- _Problem description_: Beginning at the top of the data below, write out every line exactly until you reach the line with "#25=VERTEX_POINT('',#24);", and include that line.
<<<<
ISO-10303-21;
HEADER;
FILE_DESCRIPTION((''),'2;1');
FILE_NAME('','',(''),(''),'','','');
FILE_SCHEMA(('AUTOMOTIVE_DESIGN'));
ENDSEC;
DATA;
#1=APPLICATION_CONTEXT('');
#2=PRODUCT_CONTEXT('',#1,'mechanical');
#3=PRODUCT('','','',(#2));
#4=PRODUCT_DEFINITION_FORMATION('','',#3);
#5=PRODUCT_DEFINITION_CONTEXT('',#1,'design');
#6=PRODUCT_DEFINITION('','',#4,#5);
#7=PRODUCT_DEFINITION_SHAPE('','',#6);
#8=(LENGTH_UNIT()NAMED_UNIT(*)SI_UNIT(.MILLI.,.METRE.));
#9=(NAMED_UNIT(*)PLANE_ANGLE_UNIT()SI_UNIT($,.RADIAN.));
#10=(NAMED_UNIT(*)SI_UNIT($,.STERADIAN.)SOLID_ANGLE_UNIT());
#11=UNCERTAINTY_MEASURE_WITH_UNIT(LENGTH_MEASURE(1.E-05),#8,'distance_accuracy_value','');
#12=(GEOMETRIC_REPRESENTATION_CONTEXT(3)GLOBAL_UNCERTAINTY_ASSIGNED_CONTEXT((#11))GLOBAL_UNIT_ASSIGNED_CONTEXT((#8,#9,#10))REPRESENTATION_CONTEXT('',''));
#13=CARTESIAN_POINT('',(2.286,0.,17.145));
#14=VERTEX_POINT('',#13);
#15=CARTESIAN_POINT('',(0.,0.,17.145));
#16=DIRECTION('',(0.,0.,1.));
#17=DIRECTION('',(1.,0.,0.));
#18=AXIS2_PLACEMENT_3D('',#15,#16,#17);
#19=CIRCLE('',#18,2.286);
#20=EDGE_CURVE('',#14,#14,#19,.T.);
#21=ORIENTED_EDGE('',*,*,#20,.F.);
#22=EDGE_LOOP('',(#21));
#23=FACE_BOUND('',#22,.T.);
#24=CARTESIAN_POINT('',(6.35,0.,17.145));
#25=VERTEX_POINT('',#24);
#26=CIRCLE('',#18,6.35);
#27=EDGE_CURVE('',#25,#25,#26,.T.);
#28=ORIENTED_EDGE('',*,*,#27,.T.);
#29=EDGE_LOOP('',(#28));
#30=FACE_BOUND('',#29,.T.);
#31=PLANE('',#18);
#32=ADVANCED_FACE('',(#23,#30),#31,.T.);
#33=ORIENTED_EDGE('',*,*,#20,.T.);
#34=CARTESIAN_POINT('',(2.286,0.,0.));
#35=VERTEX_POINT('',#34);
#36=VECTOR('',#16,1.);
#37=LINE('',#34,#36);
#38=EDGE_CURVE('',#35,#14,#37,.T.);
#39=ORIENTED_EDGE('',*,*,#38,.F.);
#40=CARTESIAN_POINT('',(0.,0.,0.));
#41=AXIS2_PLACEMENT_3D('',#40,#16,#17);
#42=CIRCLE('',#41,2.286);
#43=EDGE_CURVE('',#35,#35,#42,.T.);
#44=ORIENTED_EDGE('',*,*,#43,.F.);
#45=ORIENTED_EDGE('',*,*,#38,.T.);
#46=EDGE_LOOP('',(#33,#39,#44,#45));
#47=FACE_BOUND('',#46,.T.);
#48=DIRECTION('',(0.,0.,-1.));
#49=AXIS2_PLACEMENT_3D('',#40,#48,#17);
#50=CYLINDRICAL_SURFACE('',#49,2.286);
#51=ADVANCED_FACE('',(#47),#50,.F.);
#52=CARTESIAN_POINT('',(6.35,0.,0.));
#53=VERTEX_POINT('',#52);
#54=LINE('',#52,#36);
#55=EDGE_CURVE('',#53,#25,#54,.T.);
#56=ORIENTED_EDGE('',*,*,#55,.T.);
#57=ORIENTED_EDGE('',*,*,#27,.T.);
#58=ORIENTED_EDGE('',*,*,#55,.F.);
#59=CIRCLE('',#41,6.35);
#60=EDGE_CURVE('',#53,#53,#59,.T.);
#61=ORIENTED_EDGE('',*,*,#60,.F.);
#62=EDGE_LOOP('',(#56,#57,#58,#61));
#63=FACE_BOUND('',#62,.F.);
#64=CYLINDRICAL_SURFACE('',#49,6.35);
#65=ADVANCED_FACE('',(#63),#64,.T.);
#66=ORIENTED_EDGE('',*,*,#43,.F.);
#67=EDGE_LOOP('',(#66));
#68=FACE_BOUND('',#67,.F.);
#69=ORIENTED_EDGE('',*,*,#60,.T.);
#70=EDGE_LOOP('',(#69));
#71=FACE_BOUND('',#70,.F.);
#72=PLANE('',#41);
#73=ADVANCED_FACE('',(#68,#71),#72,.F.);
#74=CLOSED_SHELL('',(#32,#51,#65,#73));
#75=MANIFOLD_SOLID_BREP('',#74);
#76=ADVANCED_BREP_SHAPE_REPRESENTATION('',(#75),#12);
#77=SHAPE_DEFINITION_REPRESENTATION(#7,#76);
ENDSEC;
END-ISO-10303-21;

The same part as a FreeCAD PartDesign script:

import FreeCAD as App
import Part
import Sketcher
from FreeCAD import Vector
Q = App.Units.Quantity

doc = App.newDocument("Part")
body = doc.addObject("PartDesign::Body", "Body")

# Sketch on XY plane
sketch1 = body.newObject("Sketcher::SketchObject", "Sketch")
sketch1.AttachmentSupport = (doc.getObject("XY_Plane"), [""])
sketch1.MapMode = "FlatFace"
sketch1.addGeometry(Part.Circle(Vector(0, 0, 0), Vector(0, 0, 1), 6.3), False)
sketch1.addGeometry(Part.Circle(Vector(0, 0, 0), Vector(0, 0, 1), 2.3), False)
sketch1.addConstraint(Sketcher.Constraint("Coincident", 0, 3, -1, 1))
sketch1.addConstraint(Sketcher.Constraint("Coincident", 1, 3, -1, 1))
sketch1.addConstraint(Sketcher.Constraint("Diameter", 0, Q("0.5 in")))
sketch1.addConstraint(Sketcher.Constraint("Diameter", 1, Q("0.18 in")))
pad1 = body.newObject("PartDesign::Pad", "Pad")
pad1.Profile = sketch1
pad1.Length = Q("0.675 in")

doc.recompute()
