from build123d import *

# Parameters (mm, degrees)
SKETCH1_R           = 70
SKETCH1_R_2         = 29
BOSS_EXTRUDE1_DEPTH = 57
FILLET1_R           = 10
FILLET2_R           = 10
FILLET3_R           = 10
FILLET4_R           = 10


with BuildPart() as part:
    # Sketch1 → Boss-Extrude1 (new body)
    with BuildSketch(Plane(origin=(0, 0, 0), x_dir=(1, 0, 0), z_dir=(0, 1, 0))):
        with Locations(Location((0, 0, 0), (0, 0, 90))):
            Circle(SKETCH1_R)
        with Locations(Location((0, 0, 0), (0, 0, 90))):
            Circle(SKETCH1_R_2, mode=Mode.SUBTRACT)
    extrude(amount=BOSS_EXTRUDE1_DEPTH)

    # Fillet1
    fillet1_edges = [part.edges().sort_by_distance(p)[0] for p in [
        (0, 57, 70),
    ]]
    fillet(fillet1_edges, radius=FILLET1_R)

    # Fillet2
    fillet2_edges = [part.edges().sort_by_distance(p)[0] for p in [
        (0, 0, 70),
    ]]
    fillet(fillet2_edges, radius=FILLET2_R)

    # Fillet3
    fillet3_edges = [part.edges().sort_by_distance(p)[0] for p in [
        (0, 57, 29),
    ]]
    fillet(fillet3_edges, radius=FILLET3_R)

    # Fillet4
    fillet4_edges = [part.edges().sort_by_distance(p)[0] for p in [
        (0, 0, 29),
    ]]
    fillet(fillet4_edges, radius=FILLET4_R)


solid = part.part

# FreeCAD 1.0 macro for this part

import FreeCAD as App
import Part
import Sketcher

V = App.Vector


def edges_at(feature, points):
    """Names of the edges that pass closest to the given points."""
    edges = feature.Shape.Edges
    near = lambda p: min(range(len(edges)), key=lambda i: edges[i].distToShape(Part.Vertex(*p))[0])
    return sorted({f"Edge{near(p) + 1}" for p in points})

doc = App.newDocument("Part")
body = doc.addObject("PartDesign::Body", "Body")

# Sketch on XZ plane
sketch1 = body.newObject("Sketcher::SketchObject", "Sketch")
sketch1.AttachmentSupport = (doc.getObject("XZ_Plane"), [""])
sketch1.MapMode = "FlatFace"
sketch1.addGeometry([
    Part.Circle(V(0, 0, 0), V(0, 0, 1), 70),
    Part.Circle(V(0, 0, 0), V(0, 0, 1), 29),
], False)
sketch1.addConstraint([
    Sketcher.Constraint("Coincident", 0, 3, -1, 1),
    Sketcher.Constraint("Coincident", 1, 3, -1, 1),
    Sketcher.Constraint("Diameter", 0, 140.0),
    Sketcher.Constraint("Diameter", 1, 58.0),
])
pad1 = body.newObject("PartDesign::Pad", "Pad")
pad1.Profile = sketch1
pad1.Length = 57
pad1.Reversed = True
doc.recompute()

fillet = body.newObject("PartDesign::Fillet", "Fillet")
fillet.Base = (pad1, edges_at(pad1, [(0, 57, 70)]))
fillet.Radius = 10
doc.recompute()

fillet2 = body.newObject("PartDesign::Fillet", "Fillet001")
fillet2.Base = (fillet, edges_at(fillet, [(0, 0, 70)]))
fillet2.Radius = 10
doc.recompute()

fillet3 = body.newObject("PartDesign::Fillet", "Fillet002")
fillet3.Base = (fillet2, edges_at(fillet2, [(0, 57, 29)]))
fillet3.Radius = 10
doc.recompute()

fillet4 = body.newObject("PartDesign::Fillet", "Fillet003")
fillet4.Base = (fillet3, edges_at(fillet3, [(0, 0, 29)]))
fillet4.Radius = 10

doc.recompute()
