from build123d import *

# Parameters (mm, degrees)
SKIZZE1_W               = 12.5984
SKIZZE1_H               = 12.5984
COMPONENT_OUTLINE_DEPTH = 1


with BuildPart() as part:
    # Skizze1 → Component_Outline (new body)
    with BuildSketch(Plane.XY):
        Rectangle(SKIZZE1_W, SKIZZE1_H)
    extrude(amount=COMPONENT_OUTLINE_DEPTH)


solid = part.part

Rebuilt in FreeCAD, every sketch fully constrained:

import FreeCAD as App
import Part
import Sketcher
from FreeCAD import Vector
Q = App.Units.Quantity

doc = App.newDocument("Part")
body = doc.addObject("PartDesign::Body", "Body")

# Sketch on XY plane
sketch1 = body.newObject("Sketcher::SketchObject", "Sketch")
sketch1.AttachmentSupport = (doc.getObject("XY_Plane"), [""])
sketch1.MapMode = "FlatFace"
sketch1.addGeometry([
    Part.LineSegment(Vector(-6, 6, 0), Vector(-6, -6, 0)),
    Part.LineSegment(Vector(-6, -6, 0), Vector(6, -6, 0)),
    Part.LineSegment(Vector(6, -6, 0), Vector(6, 6, 0)),
    Part.LineSegment(Vector(6, 6, 0), Vector(-6, 6, 0)),
], False)
sketch1.addConstraint([
    Sketcher.Constraint("Coincident", 0, 2, 1, 1),
    Sketcher.Constraint("Coincident", 1, 2, 2, 1),
    Sketcher.Constraint("Coincident", 2, 2, 3, 1),
    Sketcher.Constraint("Coincident", 3, 2, 0, 1),
    Sketcher.Constraint("Vertical", 0),
    Sketcher.Constraint("Horizontal", 1),
    Sketcher.Constraint("Vertical", 2),
    Sketcher.Constraint("Horizontal", 3),
    Sketcher.Constraint("Symmetric", 0, 2, 2, 2, -1, 1),
    Sketcher.Constraint("Equal", 3, 0),
    Sketcher.Constraint("DistanceX", 1, 1, 1, 2, Q("12.5984 mm")),
])
pad1 = body.newObject("PartDesign::Pad", "Pad")
pad1.Profile = sketch1
pad1.Length = 1

doc.recompute()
>>>>
- _Task output_:
ISO-10303-21;
HEADER;
FILE_DESCRIPTION((''),'2;1');
FILE_NAME('','',(''),(''),'','','');
FILE_SCHEMA(('AUTOMOTIVE_DESIGN'));
ENDSEC;
DATA;
#1=APPLICATION_CONTEXT('');
#2=PRODUCT_CONTEXT('',#1,'mechanical');
#3=PRODUCT('','','',(#2));
#4=PRODUCT_DEFINITION_FORMATION('','',#3);
#5=PRODUCT_DEFINITION_CONTEXT('',#1,'design');
#6=PRODUCT_DEFINITION('','',#4,#5);
#7=PRODUCT_DEFINITION_SHAPE('','',#6);
#8=(LENGTH_UNIT()NAMED_UNIT(*)SI_UNIT(.MILLI.,.METRE.));
#9=(NAMED_UNIT(*)PLANE_ANGLE_UNIT()SI_UNIT($,.RADIAN.));
#10=(NAMED_UNIT(*)SI_UNIT($,.STERADIAN.)SOLID_ANGLE_UNIT());
#11=UNCERTAINTY_MEASURE_WITH_UNIT(LENGTH_MEASURE(1.E-05),#8,'distance_accuracy_value','');
#12=(GEOMETRIC_REPRESENTATION_CONTEXT(3)GLOBAL_UNCERTAINTY_ASSIGNED_CONTEXT((#11))GLOBAL_UNIT_ASSIGNED_CONTEXT((#8,#9,#10))REPRESENTATION_CONTEXT('',''));
#13=CARTESIAN_POINT('',(2.286,0.,17.145));
#14=VERTEX_POINT('',#13);
#15=CARTESIAN_POINT('',(0.,0.,17.145));
#16=DIRECTION('',(0.,0.,1.));
#17=DIRECTION('',(1.,0.,0.));
#18=AXIS2_PLACEMENT_3D('',#15,#16,#17);
#19=CIRCLE('',#18,2.286);
#20=EDGE_CURVE('',#14,#14,#19,.T.);
#21=ORIENTED_EDGE('',*,*,#20,.F.);
#22=EDGE_LOOP('',(#21));
#23=FACE_BOUND('',#22,.T.);
#24=CARTESIAN_POINT('',(6.35,0.,17.145));
#25=VERTEX_POINT('',#24);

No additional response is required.